**INFORMATION SHOWN:**

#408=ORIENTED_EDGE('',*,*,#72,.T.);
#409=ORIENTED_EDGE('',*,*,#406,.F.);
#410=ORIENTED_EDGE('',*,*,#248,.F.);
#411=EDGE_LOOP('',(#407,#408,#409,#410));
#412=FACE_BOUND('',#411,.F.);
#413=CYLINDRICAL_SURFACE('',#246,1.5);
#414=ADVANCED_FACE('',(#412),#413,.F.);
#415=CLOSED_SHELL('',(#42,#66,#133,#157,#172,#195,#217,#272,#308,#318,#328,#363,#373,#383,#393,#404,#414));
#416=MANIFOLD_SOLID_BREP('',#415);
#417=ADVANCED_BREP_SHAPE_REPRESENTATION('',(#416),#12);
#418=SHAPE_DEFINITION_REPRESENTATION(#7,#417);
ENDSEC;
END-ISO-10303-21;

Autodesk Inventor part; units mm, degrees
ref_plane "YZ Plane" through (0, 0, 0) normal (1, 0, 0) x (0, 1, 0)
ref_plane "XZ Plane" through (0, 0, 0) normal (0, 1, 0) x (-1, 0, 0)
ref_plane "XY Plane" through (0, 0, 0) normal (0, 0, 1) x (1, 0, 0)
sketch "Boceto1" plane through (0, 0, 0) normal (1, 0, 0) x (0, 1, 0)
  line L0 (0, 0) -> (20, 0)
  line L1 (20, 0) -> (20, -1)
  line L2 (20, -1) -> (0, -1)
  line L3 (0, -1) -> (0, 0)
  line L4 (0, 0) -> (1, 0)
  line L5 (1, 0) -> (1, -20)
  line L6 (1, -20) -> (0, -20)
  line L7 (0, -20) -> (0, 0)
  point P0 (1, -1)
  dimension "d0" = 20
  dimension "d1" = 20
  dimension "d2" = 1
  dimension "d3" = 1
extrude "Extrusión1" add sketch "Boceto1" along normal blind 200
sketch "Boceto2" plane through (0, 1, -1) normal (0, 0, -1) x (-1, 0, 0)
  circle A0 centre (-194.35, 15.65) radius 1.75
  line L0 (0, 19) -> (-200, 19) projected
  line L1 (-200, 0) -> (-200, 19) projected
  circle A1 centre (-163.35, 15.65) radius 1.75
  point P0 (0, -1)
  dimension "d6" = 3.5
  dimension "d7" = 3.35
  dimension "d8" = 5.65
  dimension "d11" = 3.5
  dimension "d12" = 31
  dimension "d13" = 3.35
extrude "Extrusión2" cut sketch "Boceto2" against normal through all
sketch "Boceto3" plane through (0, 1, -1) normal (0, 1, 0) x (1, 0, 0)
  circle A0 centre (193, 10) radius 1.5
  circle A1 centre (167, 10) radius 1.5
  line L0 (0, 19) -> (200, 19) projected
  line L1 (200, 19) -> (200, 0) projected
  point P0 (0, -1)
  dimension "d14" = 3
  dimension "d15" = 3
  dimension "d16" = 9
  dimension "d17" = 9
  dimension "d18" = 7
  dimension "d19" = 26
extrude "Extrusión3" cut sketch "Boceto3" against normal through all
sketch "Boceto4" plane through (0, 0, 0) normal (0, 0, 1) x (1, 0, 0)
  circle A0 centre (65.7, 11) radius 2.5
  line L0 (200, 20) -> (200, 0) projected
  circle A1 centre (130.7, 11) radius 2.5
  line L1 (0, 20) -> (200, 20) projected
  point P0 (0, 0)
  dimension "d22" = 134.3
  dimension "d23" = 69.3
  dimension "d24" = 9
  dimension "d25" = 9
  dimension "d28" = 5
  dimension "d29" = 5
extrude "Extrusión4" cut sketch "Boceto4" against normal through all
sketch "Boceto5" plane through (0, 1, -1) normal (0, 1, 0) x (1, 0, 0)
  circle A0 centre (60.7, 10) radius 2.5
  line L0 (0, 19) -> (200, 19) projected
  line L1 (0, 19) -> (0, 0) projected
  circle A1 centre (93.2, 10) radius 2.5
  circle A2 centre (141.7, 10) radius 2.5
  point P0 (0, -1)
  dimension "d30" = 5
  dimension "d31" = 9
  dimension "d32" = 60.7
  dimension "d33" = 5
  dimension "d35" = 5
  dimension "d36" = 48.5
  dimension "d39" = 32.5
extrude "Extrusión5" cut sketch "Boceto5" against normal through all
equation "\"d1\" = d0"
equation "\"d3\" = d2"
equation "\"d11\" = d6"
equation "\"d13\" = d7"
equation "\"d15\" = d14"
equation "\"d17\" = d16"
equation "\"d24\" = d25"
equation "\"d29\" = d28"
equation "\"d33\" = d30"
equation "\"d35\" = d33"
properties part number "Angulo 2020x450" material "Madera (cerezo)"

**WORK REQUEST:** Nothing is to be left out. Repeat the whole listing exactly.

**EXERCISE OUTPUT:**
#408=ORIENTED_EDGE('',*,*,#72,.T.);
#409=ORIENTED_EDGE('',*,*,#406,.F.);
#410=ORIENTED_EDGE('',*,*,#248,.F.);
#411=EDGE_LOOP('',(#407,#408,#409,#410));
#412=FACE_BOUND('',#411,.F.);
#413=CYLINDRICAL_SURFACE('',#246,1.5);
#414=ADVANCED_FACE('',(#412),#413,.F.);
#415=CLOSED_SHELL('',(#42,#66,#133,#157,#172,#195,#217,#272,#308,#318,#328,#363,#373,#383,#393,#404,#414));
#416=MANIFOLD_SOLID_BREP('',#415);
#417=ADVANCED_BREP_SHAPE_REPRESENTATION('',(#416),#12);
#418=SHAPE_DEFINITION_REPRESENTATION(#7,#417);
ENDSEC;
END-ISO-10303-21;

Autodesk Inventor part; units mm, degrees
ref_plane "YZ Plane" through (0, 0, 0) normal (1, 0, 0) x (0, 1, 0)
ref_plane "XZ Plane" through (0, 0, 0) normal (0, 1, 0) x (-1, 0, 0)
ref_plane "XY Plane" through (0, 0, 0) normal (0, 0, 1) x (1, 0, 0)
sketch "Boceto1" plane through (0, 0, 0) normal (1, 0, 0) x (0, 1, 0)
  line L0 (0, 0) -> (20, 0)
  line L1 (20, 0) -> (20, -1)
  line L2 (20, -1) -> (0, -1)
  line L3 (0, -1) -> (0, 0)
  line L4 (0, 0) -> (1, 0)
  line L5 (1, 0) -> (1, -20)
  line L6 (1, -20) -> (0, -20)
  line L7 (0, -20) -> (0, 0)
  point P0 (1, -1)
  dimension "d0" = 20
  dimension "d1" = 20
  dimension "d2" = 1
  dimension "d3" = 1
extrude "Extrusión1" add sketch "Boceto1" along normal blind 200
sketch "Boceto2" plane through (0, 1, -1) normal (0, 0, -1) x (-1, 0, 0)
  circle A0 centre (-194.35, 15.65) radius 1.75
  line L0 (0, 19) -> (-200, 19) projected
  line L1 (-200, 0) -> (-200, 19) projected
  circle A1 centre (-163.35, 15.65) radius 1.75
  point P0 (0, -1)
  dimension "d6" = 3.5
  dimension "d7" = 3.35
  dimension "d8" = 5.65
  dimension "d11" = 3.5
  dimension "d12" = 31
  dimension "d13" = 3.35
extrude "Extrusión2" cut sketch "Boceto2" against normal through all
sketch "Boceto3" plane through (0, 1, -1) normal (0, 1, 0) x (1, 0, 0)
  circle A0 centre (193, 10) radius 1.5
  circle A1 centre (167, 10) radius 1.5
  line L0 (0, 19) -> (200, 19) projected
  line L1 (200, 19) -> (200, 0) projected
  point P0 (0, -1)
  dimension "d14" = 3
  dimension "d15" = 3
  dimension "d16" = 9
  dimension "d17" = 9
  dimension "d18" = 7
  dimension "d19" = 26
extrude "Extrusión3" cut sketch "Boceto3" against normal through all
sketch "Boceto4" plane through (0, 0, 0) normal (0, 0, 1) x (1, 0, 0)
  circle A0 centre (65.7, 11) radius 2.5
  line L0 (200, 20) -> (200, 0) projected
  circle A1 centre (130.7, 11) radius 2.5
  line L1 (0, 20) -> (200, 20) projected
  point P0 (0, 0)
  dimension "d22" = 134.3
  dimension "d23" = 69.3
  dimension "d24" = 9
  dimension "d25" = 9
  dimension "d28" = 5
  dimension "d29" = 5
extrude "Extrusión4" cut sketch "Boceto4" against normal through all
sketch "Boceto5" plane through (0, 1, -1) normal (0, 1, 0) x (1, 0, 0)
  circle A0 centre (60.7, 10) radius 2.5
  line L0 (0, 19) -> (200, 19) projected
  line L1 (0, 19) -> (0, 0) projected
  circle A1 centre (93.2, 10) radius 2.5
  circle A2 centre (141.7, 10) radius 2.5
  point P0 (0, -1)
  dimension "d30" = 5
  dimension "d31" = 9
  dimension "d32" = 60.7
  dimension "d33" = 5
  dimension "d35" = 5
  dimension "d36" = 48.5
  dimension "d39" = 32.5
extrude "Extrusión5" cut sketch "Boceto5" against normal through all
equation "\"d1\" = d0"
equation "\"d3\" = d2"
equation "\"d11\" = d6"
equation "\"d13\" = d7"
equation "\"d15\" = d14"
equation "\"d17\" = d16"
equation "\"d24\" = d25"
equation "\"d29\" = d28"
equation "\"d33\" = d30"
equation "\"d35\" = d33"
properties part number "Angulo 2020x450" material "Madera (cerezo)"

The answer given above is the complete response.